State officials shouldn’t overthink this. Set a plan, but allow for plenty of wiggle room to encourage efficiency. The federal government just said anyone 65 and older should now be eligible — advice our state should take.

Wisconsin has been at or near the bottom of a dozen Midwestern states at administering the life-saving injections, according to data from the Centers for Disease Control and Prevention. That’s frustrating and must improve.

Only about 3% of Wisconsin’s population has received at least one of the two shots required for completing inoculation. Other states across the Midwest are doing better. So is the nation as a whole.

Part of the reason our state’s numbers are low, state officials say, is because more doses have to be set aside for a higher population of assisted living residents here. But anecdotally, local health officials say many doses are sitting in freezers rather than being distributed quickly.

Gov. Tony Evers’ administration must insist on speed and volume, not a precise and methodical order based on complicated government instructions.

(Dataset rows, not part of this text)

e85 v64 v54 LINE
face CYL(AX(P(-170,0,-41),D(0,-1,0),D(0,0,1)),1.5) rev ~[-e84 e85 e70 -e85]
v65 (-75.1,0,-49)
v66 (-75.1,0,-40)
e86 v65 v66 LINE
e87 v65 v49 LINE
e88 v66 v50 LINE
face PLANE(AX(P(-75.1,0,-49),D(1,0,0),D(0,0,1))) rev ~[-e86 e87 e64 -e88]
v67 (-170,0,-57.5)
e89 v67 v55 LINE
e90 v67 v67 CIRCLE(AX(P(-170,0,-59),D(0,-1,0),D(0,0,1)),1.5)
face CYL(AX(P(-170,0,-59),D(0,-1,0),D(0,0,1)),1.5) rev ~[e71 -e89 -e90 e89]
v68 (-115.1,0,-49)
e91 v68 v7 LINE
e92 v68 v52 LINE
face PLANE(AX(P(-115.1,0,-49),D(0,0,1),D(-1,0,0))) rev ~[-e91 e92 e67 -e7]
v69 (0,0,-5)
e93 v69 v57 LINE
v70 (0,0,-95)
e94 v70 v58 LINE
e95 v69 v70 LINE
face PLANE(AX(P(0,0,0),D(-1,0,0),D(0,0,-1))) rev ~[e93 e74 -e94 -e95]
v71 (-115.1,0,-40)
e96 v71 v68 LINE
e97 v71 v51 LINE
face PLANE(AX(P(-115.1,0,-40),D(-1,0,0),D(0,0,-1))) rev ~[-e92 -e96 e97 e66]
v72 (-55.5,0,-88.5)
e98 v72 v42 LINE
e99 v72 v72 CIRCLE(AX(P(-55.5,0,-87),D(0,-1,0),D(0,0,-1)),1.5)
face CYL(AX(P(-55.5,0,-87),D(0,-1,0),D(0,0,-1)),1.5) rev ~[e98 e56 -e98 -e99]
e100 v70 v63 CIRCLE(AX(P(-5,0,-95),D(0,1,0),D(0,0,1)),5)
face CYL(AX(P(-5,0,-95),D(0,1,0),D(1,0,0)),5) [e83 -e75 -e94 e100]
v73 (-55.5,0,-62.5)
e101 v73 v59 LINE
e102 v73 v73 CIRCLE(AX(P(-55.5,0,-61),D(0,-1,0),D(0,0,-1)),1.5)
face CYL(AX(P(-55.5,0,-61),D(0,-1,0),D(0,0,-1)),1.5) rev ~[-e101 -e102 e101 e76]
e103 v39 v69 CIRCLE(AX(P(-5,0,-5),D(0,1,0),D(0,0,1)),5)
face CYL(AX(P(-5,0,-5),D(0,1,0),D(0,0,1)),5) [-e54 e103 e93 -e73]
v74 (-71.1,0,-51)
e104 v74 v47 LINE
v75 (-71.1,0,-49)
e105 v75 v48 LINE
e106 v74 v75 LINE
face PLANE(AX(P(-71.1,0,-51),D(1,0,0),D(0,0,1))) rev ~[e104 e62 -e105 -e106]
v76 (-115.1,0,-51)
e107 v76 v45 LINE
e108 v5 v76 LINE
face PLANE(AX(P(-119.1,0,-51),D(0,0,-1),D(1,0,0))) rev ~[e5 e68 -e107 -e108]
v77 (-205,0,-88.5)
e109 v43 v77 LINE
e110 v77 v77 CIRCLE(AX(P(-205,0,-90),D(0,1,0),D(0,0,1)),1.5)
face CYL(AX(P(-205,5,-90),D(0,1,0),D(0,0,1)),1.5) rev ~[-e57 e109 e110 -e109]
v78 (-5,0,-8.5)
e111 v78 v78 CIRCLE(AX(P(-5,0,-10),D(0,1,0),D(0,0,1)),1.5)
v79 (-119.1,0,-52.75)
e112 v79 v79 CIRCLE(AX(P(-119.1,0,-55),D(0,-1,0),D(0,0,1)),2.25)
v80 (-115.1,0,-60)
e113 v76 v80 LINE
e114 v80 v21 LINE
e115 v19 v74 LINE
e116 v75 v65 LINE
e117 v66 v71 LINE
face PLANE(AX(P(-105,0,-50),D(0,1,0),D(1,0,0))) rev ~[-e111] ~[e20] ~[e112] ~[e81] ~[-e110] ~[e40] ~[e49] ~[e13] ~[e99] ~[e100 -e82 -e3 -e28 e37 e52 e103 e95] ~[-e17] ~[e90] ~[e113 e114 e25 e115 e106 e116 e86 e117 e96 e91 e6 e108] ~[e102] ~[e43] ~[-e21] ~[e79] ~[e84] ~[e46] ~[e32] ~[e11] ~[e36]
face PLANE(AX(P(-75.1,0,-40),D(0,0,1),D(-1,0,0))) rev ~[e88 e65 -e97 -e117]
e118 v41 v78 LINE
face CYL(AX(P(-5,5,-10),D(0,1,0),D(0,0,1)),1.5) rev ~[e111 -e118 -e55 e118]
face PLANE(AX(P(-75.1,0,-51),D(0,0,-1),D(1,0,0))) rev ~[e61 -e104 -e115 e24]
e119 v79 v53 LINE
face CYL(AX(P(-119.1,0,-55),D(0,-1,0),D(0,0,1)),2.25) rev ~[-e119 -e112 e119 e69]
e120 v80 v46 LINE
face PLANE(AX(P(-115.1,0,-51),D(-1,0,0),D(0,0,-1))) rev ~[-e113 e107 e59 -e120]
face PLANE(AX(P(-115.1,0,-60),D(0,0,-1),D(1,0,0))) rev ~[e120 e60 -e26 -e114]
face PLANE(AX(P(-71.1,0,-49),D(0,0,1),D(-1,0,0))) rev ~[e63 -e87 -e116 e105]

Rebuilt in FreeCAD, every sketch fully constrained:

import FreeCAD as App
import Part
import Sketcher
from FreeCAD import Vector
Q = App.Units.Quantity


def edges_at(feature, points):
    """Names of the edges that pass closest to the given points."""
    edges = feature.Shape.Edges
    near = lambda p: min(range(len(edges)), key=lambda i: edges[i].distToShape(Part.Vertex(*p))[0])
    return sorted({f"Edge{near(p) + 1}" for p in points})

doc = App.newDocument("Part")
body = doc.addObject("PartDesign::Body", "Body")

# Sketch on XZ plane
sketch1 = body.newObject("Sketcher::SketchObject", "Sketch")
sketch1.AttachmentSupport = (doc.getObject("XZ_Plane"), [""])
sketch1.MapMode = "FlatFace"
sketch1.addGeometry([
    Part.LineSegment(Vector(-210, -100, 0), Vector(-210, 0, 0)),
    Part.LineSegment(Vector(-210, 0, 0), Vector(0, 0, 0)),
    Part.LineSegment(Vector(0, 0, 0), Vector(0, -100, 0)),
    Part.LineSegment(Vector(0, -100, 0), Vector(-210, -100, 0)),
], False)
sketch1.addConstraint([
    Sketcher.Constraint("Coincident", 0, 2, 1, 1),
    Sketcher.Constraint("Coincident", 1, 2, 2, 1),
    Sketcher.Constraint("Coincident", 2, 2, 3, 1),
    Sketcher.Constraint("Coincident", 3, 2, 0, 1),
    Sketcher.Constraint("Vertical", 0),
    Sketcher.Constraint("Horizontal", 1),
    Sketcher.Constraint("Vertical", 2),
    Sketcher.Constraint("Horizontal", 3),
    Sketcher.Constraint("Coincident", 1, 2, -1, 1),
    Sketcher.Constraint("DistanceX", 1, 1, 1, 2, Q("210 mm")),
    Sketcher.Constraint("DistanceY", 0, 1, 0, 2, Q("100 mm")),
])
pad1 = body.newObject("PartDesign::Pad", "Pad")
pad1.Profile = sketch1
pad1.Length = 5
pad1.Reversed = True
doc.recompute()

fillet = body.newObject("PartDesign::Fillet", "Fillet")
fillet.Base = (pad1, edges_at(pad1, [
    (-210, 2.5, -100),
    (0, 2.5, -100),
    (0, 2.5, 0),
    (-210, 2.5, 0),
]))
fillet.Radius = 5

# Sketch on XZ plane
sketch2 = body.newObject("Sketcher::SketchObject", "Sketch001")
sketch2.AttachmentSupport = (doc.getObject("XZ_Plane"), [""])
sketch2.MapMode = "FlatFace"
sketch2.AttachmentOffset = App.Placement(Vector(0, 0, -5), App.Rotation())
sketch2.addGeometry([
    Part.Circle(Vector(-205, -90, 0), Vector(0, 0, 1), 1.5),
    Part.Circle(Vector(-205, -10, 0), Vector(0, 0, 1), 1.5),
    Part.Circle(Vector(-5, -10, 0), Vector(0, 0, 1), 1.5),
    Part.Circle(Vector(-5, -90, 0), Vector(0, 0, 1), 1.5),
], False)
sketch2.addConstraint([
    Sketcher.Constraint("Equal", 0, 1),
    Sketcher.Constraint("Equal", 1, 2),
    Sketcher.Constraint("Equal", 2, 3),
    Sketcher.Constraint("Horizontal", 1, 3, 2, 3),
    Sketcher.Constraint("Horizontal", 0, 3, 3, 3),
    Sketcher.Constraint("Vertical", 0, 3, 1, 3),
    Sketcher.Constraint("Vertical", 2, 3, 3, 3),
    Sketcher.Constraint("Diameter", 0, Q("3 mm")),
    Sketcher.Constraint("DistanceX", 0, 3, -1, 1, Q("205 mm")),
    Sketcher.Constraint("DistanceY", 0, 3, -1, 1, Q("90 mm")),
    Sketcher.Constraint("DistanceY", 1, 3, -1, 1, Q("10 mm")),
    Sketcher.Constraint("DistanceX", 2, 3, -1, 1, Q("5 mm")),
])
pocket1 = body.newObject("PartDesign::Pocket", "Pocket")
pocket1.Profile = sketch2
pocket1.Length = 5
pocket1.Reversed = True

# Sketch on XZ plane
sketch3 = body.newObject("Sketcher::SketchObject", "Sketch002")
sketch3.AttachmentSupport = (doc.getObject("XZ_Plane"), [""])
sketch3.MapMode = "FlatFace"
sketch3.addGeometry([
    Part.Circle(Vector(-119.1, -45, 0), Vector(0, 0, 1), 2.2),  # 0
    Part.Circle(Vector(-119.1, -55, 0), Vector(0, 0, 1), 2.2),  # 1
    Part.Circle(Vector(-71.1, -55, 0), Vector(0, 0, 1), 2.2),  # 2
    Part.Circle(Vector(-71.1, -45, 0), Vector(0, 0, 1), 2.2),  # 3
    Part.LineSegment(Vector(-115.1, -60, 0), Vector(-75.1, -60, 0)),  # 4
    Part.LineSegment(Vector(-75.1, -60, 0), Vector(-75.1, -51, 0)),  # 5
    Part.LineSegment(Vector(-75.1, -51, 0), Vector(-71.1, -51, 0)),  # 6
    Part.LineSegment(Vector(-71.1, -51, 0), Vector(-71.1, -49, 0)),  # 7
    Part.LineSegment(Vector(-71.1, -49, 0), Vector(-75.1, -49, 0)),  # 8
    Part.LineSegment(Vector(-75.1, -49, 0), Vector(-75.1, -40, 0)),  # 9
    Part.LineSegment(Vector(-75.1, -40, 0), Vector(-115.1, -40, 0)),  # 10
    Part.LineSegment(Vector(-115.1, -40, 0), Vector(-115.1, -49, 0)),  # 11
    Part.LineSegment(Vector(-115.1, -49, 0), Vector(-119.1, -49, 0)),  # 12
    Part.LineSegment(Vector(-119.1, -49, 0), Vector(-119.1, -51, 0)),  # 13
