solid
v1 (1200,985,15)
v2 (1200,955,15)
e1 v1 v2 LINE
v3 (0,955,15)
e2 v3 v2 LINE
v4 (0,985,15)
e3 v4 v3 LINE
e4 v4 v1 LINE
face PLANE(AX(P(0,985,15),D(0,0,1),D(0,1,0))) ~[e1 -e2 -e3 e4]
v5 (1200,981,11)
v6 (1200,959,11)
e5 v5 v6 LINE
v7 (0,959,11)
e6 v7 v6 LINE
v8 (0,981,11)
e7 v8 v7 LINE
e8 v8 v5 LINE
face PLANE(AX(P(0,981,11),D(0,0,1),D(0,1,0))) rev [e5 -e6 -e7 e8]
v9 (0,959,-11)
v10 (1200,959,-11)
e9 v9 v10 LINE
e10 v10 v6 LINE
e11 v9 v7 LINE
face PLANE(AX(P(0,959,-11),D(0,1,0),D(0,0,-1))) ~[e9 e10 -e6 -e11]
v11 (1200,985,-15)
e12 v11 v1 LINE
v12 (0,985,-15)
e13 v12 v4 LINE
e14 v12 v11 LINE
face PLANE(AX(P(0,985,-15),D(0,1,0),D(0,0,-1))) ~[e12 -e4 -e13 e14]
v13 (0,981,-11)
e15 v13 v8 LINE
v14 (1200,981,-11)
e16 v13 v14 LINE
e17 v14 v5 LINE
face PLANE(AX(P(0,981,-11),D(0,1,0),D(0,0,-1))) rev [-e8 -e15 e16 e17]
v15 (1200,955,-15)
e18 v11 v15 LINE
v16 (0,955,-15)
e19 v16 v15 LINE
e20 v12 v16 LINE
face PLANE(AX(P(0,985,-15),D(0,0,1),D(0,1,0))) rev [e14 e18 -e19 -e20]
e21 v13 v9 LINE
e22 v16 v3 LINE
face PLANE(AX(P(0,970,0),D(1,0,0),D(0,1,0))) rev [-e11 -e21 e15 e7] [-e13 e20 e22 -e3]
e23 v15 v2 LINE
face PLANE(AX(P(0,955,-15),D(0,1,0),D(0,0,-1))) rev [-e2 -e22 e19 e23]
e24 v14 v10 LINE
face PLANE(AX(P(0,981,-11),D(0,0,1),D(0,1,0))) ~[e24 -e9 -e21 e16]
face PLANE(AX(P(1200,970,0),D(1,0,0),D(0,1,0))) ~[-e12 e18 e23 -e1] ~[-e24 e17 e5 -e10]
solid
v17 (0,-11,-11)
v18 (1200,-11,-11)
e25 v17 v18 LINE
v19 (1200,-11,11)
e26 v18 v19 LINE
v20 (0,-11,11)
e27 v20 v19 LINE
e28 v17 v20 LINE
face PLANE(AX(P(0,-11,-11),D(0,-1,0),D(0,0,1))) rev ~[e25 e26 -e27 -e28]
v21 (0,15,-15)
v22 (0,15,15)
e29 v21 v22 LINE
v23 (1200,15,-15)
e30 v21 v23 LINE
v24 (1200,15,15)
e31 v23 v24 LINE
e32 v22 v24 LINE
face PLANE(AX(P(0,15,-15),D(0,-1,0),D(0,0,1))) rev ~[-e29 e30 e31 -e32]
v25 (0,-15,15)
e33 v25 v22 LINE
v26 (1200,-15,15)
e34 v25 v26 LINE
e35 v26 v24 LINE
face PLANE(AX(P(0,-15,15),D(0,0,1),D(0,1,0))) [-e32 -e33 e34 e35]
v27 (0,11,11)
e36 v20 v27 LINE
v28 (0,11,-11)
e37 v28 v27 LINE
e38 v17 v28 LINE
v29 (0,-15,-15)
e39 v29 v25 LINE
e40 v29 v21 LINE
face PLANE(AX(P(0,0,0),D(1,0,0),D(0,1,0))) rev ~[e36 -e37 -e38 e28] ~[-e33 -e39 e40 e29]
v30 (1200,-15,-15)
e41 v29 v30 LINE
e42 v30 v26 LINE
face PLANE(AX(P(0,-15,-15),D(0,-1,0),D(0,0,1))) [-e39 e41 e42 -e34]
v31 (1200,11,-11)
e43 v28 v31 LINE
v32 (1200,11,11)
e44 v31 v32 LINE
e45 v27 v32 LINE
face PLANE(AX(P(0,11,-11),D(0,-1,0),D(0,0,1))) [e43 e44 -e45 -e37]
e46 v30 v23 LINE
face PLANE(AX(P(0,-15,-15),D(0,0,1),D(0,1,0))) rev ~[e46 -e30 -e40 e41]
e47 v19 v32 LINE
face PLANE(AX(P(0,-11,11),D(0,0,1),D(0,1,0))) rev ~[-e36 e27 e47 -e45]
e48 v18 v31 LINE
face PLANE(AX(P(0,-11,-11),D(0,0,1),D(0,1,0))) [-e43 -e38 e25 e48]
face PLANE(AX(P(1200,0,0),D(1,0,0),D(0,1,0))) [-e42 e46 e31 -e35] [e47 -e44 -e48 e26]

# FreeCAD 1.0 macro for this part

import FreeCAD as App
import Part
import Sketcher
Q = App.Units.Quantity


def add_polygon(sketch, points):
    """Adds a closed chain of lines whose ends are joined by coincident constraints."""
    first, n = sketch.GeometryCount, len(points)
    for a, b in zip(points, points[1:] + points[:1]):
        sketch.addGeometry(Part.LineSegment(App.Vector(*a, 0), App.Vector(*b, 0)), False)
    for i in range(n):
        sketch.addConstraint(Sketcher.Constraint("Coincident", first + i, 2, first + (i + 1) % n, 1))

doc = App.newDocument("Part")
body = doc.addObject("PartDesign::Body", "Body")

# Sketch on YZ plane
sketch1 = doc.addObject("Sketcher::SketchObject", "Sketch")
body.addObject(sketch1)
sketch1.AttachmentSupport = (doc.YZ_Plane, [""])
sketch1.MapMode = "FlatFace"
add_polygon(sketch1, [(-15, 15), (-15, -15), (15, -15), (15, 15)])  # lines 0-3
add_polygon(sketch1, [(11, -11), (-11, -11), (-11, 11), (11, 11)])  # lines 4-7
sketch1.addConstraint([
    Sketcher.Constraint("Vertical", 0),
    Sketcher.Constraint("Horizontal", 1),
    Sketcher.Constraint("Vertical", 2),
    Sketcher.Constraint("Horizontal", 3),
    Sketcher.Constraint("Horizontal", 4),
    Sketcher.Constraint("Vertical", 5),
    Sketcher.Constraint("Horizontal", 6),
    Sketcher.Constraint("Vertical", 7),
    Sketcher.Constraint("Symmetric", 0, 2, 2, 2, -1, 1),
    Sketcher.Constraint("Symmetric", 4, 2, 6, 2, -1, 1),
    Sketcher.Constraint("Equal", 3, 0),
    Sketcher.Constraint("Equal", 6, 5),
    Sketcher.Constraint("DistanceX", 1, 1, 1, 2, Q("30 mm")),
    Sketcher.Constraint("DistanceX", 4, 2, 4, 1, Q("22 mm")),
])
pad1 = doc.addObject("PartDesign::Pad", "Pad")
body.addObject(pad1)
pad1.Profile = sketch1
pad1.Length = 1200
body2 = doc.addObject("PartDesign::Body", "Body001")
doc.recompute()

mirroring = doc.addObject("Part::Mirroring", "Mirroring")
mirroring.Source = body
mirroring.Base = App.Vector(600, 485, 0)
mirroring.Normal = App.Vector(0, 1, 0)
body2.BaseFeature = mirroring
doc.recompute()
mirroring.Visibility = False

doc.recompute()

Some hospitals have started delivering vaccines to any employees who want them — including some who don’t have contact with patients. That should be encouraged, not criticized, so doses aren’t wasted or delayed. And if health providers in Janesville have enough shots for teachers, great. Don’t waste time sending unused vaccine back to the state for redistribution.

The public should eagerly roll up its sleeves to get shots. They are safe. They have proven more than 90% effective in clinical trials.

Please get a shot when you are offered one. The more people who get vaccinated, the sooner our lives can return to normal.